> [TASK STATEMENT]:
Work through the data line by line, gathering every line that has the word "DIRECTION".

Saved entries:

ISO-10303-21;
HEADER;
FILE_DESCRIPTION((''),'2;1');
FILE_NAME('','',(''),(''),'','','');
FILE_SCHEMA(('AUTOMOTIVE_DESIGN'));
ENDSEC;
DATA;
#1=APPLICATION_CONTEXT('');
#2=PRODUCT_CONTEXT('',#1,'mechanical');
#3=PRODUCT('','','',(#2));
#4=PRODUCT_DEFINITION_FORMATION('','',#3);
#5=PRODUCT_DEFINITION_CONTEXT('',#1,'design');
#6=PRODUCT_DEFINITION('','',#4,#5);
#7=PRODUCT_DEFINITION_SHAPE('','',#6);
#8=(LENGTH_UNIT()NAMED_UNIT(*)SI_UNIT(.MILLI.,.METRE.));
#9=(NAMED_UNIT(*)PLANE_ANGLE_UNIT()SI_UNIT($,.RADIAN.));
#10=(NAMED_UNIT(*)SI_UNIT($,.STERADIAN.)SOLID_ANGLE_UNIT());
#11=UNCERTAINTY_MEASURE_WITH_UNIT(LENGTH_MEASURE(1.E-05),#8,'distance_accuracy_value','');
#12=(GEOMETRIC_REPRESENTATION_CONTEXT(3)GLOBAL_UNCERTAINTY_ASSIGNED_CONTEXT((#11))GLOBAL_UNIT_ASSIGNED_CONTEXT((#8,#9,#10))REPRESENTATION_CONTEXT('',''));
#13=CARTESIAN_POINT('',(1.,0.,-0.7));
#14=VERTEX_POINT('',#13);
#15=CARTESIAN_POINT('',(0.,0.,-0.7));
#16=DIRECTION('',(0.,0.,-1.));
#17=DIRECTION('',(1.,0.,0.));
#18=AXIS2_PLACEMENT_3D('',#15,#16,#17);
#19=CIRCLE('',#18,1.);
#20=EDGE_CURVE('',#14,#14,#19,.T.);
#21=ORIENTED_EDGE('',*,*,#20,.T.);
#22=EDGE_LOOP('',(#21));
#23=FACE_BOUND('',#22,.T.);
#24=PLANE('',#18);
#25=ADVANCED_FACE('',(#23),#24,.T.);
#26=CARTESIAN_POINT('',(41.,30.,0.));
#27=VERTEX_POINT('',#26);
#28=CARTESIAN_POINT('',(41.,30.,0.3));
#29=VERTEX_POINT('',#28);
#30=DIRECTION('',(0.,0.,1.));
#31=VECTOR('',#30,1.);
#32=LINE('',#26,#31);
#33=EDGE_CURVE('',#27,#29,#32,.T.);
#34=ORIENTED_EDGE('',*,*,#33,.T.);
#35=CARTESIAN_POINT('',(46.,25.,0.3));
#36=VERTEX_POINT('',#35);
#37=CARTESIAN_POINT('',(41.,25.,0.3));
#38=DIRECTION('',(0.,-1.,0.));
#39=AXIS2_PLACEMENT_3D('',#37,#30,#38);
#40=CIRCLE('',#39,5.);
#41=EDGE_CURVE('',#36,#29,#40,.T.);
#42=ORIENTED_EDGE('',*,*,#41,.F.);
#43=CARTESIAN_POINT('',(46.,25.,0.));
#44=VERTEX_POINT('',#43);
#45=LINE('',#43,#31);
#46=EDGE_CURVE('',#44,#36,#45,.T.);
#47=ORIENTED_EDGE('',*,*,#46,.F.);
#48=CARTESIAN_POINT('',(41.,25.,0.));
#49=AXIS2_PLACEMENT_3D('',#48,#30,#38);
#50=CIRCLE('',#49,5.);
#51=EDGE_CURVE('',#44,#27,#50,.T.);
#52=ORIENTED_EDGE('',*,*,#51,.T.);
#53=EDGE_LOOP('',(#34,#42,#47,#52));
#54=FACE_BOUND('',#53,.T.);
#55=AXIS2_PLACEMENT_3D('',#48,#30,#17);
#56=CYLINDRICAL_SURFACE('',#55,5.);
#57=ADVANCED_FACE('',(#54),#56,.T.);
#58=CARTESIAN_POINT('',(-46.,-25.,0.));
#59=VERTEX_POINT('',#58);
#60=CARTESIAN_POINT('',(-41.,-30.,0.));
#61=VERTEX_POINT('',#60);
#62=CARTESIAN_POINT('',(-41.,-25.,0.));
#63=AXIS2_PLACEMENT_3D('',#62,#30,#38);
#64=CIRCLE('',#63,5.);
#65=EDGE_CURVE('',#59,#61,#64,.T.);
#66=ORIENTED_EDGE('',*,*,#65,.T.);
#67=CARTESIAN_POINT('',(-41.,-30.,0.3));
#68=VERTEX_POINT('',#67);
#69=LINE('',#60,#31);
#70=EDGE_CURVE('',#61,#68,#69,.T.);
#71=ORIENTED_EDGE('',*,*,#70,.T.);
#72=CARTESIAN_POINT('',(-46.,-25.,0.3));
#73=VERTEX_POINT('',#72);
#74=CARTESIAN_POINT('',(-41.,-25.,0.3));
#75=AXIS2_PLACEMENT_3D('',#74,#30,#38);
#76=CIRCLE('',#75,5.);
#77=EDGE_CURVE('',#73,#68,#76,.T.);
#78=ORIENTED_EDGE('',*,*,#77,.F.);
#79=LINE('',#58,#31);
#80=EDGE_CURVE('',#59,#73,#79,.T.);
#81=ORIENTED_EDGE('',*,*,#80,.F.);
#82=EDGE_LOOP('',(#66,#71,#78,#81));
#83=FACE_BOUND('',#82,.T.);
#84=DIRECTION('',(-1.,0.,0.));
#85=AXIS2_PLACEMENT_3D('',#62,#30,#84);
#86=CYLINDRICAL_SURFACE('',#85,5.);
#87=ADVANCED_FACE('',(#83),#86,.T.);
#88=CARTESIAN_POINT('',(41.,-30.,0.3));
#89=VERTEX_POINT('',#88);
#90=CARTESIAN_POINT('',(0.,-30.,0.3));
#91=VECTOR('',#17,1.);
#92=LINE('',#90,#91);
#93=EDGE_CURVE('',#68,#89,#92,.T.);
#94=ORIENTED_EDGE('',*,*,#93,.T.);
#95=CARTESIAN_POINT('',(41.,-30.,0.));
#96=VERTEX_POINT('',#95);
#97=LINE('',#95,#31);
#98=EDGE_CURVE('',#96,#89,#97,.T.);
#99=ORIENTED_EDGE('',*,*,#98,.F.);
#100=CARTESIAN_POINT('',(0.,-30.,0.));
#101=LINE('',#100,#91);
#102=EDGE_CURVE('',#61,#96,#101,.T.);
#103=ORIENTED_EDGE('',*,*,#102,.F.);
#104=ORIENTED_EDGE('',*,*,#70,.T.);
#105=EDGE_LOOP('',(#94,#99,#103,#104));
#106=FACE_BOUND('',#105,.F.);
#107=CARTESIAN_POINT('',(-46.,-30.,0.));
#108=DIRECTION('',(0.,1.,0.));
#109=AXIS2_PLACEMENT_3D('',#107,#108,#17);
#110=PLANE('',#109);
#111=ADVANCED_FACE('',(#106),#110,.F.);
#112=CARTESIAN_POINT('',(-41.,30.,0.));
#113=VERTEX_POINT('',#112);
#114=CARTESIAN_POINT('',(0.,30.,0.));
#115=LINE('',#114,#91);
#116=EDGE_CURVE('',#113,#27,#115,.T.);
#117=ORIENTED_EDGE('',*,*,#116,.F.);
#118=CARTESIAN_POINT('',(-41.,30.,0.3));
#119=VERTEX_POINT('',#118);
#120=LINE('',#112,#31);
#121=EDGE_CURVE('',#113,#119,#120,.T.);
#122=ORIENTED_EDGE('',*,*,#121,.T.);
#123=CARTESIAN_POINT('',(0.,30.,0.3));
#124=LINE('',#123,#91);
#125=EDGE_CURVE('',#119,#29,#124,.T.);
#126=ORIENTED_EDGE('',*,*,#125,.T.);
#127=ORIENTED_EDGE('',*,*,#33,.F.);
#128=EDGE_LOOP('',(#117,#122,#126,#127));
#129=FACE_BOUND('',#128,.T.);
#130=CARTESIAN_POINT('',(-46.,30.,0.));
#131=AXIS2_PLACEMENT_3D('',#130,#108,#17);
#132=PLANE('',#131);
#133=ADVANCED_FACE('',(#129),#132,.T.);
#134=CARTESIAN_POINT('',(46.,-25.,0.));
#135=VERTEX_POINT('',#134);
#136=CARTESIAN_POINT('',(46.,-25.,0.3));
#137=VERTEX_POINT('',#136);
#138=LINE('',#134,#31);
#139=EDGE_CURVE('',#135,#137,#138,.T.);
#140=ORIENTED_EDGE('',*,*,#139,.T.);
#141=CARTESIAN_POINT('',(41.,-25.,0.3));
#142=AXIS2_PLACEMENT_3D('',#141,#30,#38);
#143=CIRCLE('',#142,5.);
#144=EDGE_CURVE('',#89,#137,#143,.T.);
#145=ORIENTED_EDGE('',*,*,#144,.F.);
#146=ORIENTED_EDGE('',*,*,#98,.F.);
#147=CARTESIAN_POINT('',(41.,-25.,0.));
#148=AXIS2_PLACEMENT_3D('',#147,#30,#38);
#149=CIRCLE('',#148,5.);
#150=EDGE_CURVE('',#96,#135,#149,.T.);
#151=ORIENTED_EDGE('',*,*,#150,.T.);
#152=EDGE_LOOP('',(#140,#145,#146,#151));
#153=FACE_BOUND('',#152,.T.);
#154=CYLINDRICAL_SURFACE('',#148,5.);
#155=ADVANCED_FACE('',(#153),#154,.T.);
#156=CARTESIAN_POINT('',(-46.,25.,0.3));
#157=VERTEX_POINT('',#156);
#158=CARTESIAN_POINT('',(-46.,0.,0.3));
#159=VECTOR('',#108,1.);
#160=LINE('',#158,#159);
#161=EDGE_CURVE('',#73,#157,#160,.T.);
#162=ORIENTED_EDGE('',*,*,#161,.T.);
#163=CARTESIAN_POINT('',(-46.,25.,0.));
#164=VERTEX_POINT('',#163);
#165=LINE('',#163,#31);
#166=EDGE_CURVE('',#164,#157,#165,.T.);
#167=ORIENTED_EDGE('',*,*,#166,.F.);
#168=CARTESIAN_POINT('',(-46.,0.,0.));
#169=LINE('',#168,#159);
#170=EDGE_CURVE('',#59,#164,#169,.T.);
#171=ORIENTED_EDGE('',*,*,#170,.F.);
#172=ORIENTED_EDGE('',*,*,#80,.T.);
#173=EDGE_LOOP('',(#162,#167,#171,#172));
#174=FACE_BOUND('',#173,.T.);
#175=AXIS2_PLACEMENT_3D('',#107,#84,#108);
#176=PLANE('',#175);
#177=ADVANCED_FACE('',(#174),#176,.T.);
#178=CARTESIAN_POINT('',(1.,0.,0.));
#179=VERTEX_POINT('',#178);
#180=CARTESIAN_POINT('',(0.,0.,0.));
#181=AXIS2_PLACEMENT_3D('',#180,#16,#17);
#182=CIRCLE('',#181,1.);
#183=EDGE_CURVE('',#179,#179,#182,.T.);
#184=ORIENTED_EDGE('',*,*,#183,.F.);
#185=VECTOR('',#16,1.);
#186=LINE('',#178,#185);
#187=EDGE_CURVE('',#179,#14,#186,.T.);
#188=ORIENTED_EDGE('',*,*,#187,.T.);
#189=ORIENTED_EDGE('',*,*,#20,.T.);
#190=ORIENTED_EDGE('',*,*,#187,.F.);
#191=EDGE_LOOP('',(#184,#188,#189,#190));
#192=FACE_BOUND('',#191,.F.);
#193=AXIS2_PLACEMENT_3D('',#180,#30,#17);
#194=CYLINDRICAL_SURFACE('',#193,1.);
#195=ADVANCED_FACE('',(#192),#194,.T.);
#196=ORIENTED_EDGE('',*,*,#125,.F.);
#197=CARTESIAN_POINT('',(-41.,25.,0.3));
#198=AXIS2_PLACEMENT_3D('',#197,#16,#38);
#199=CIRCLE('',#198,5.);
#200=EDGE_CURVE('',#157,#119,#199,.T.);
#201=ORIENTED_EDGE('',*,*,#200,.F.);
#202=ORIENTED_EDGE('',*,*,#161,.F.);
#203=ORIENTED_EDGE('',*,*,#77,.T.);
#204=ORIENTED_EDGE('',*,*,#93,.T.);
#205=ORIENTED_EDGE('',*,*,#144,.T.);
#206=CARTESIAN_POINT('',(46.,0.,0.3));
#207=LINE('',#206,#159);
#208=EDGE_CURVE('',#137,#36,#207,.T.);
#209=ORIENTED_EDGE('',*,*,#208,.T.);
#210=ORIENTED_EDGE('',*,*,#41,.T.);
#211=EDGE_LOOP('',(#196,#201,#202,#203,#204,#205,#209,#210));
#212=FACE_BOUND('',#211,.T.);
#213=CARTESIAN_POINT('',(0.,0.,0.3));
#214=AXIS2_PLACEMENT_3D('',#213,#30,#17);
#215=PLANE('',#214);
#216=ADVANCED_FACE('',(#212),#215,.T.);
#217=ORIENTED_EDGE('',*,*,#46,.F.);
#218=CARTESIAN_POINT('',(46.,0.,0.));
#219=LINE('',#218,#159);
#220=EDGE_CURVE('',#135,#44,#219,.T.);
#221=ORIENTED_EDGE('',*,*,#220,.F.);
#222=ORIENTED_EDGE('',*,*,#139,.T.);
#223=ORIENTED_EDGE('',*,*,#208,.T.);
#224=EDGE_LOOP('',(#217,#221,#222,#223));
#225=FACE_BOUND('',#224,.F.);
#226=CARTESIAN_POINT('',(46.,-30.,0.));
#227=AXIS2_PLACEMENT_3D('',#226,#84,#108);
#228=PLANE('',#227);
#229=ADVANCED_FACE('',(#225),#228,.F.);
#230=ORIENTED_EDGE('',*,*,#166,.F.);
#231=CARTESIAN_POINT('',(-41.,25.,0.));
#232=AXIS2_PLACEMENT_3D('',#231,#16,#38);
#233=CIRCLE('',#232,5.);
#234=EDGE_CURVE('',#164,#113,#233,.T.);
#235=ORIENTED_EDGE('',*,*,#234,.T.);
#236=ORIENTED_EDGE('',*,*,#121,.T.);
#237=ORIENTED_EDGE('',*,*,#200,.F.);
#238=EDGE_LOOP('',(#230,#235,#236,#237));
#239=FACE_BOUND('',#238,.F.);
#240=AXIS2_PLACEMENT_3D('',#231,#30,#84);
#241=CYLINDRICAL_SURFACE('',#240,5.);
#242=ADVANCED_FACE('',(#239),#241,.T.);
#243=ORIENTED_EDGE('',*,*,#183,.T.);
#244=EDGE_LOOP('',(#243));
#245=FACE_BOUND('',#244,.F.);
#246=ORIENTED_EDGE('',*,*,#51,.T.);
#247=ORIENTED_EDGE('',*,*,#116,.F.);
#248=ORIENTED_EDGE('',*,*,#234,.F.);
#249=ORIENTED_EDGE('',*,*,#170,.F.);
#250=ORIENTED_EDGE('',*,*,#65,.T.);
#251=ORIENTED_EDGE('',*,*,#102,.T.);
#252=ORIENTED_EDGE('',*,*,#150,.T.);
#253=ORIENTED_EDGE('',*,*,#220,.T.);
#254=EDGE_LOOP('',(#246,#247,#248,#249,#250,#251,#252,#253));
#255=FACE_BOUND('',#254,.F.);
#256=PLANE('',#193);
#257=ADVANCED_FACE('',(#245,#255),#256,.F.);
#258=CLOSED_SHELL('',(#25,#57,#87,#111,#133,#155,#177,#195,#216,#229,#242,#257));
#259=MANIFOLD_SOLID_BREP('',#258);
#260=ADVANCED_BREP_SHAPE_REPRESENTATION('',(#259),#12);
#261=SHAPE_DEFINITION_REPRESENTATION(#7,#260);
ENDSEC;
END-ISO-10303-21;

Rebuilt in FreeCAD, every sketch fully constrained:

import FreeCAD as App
import Part
import Sketcher
from FreeCAD import Vector


def edges_at(feature, points):
    """Names of the edges that pass closest to the given points."""
    edges = feature.Shape.Edges
    near = lambda p: min(range(len(edges)), key=lambda i: edges[i].distToShape(Part.Vertex(*p))[0])
    return sorted({f"Edge{near(p) + 1}" for p in points})

doc = App.newDocument("Part")
body = doc.addObject("PartDesign::Body", "Body")

# Sketch on XY plane
sketch1 = doc.addObject("Sketcher::SketchObject", "Sketch")
body.addObject(sketch1)
sketch1.AttachmentSupport = (doc.XY_Plane, [""])
sketch1.MapMode = "FlatFace"
sketch1.addGeometry([
    Part.LineSegment(Vector(-46, 30, 0), Vector(-46, -30, 0)),
    Part.LineSegment(Vector(-46, -30, 0), Vector(46, -30, 0)),
    Part.LineSegment(Vector(46, -30, 0), Vector(46, 30, 0)),
    Part.LineSegment(Vector(46, 30, 0), Vector(-46, 30, 0)),
], False)
sketch1.addConstraint([
    Sketcher.Constraint("Coincident", 0, 2, 1, 1),
    Sketcher.Constraint("Coincident", 1, 2, 2, 1),
    Sketcher.Constraint("Coincident", 2, 2, 3, 1),
    Sketcher.Constraint("Coincident", 3, 2, 0, 1),
    Sketcher.Constraint("Vertical", 0),
    Sketcher.Constraint("Horizontal", 1),
    Sketcher.Constraint("Vertical", 2),
    Sketcher.Constraint("Horizontal", 3),
    Sketcher.Constraint("Symmetric", 0, 2, 2, 2, -1, 1),
    Sketcher.Constraint("DistanceX", 1, 1, 1, 2, 92.0),
    Sketcher.Constraint("DistanceY", 0, 2, 0, 1, 60.0),
])
pad1 = doc.addObject("PartDesign::Pad", "Pad")
body.addObject(pad1)
pad1.Profile = sketch1
pad1.Length = 0.3
doc.recompute()

fillet = doc.addObject("PartDesign::Fillet", "Fillet")
body.addObject(fillet)
fillet.Base = (pad1, edges_at(pad1, [
    (-46, 30, 0.15),
    (-46, -30, 0.15),
    (46, 30, 0.15),
    (46, -30, 0.15),
]))
fillet.Radius = 5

> [PROBLEM SOLUTION]:
#16=DIRECTION('',(0.,0.,-1.));
#17=DIRECTION('',(1.,0.,0.));
#30=DIRECTION('',(0.,0.,1.));
#38=DIRECTION('',(0.,-1.,0.));
#84=DIRECTION('',(-1.,0.,0.));
#108=DIRECTION('',(0.,1.,0.));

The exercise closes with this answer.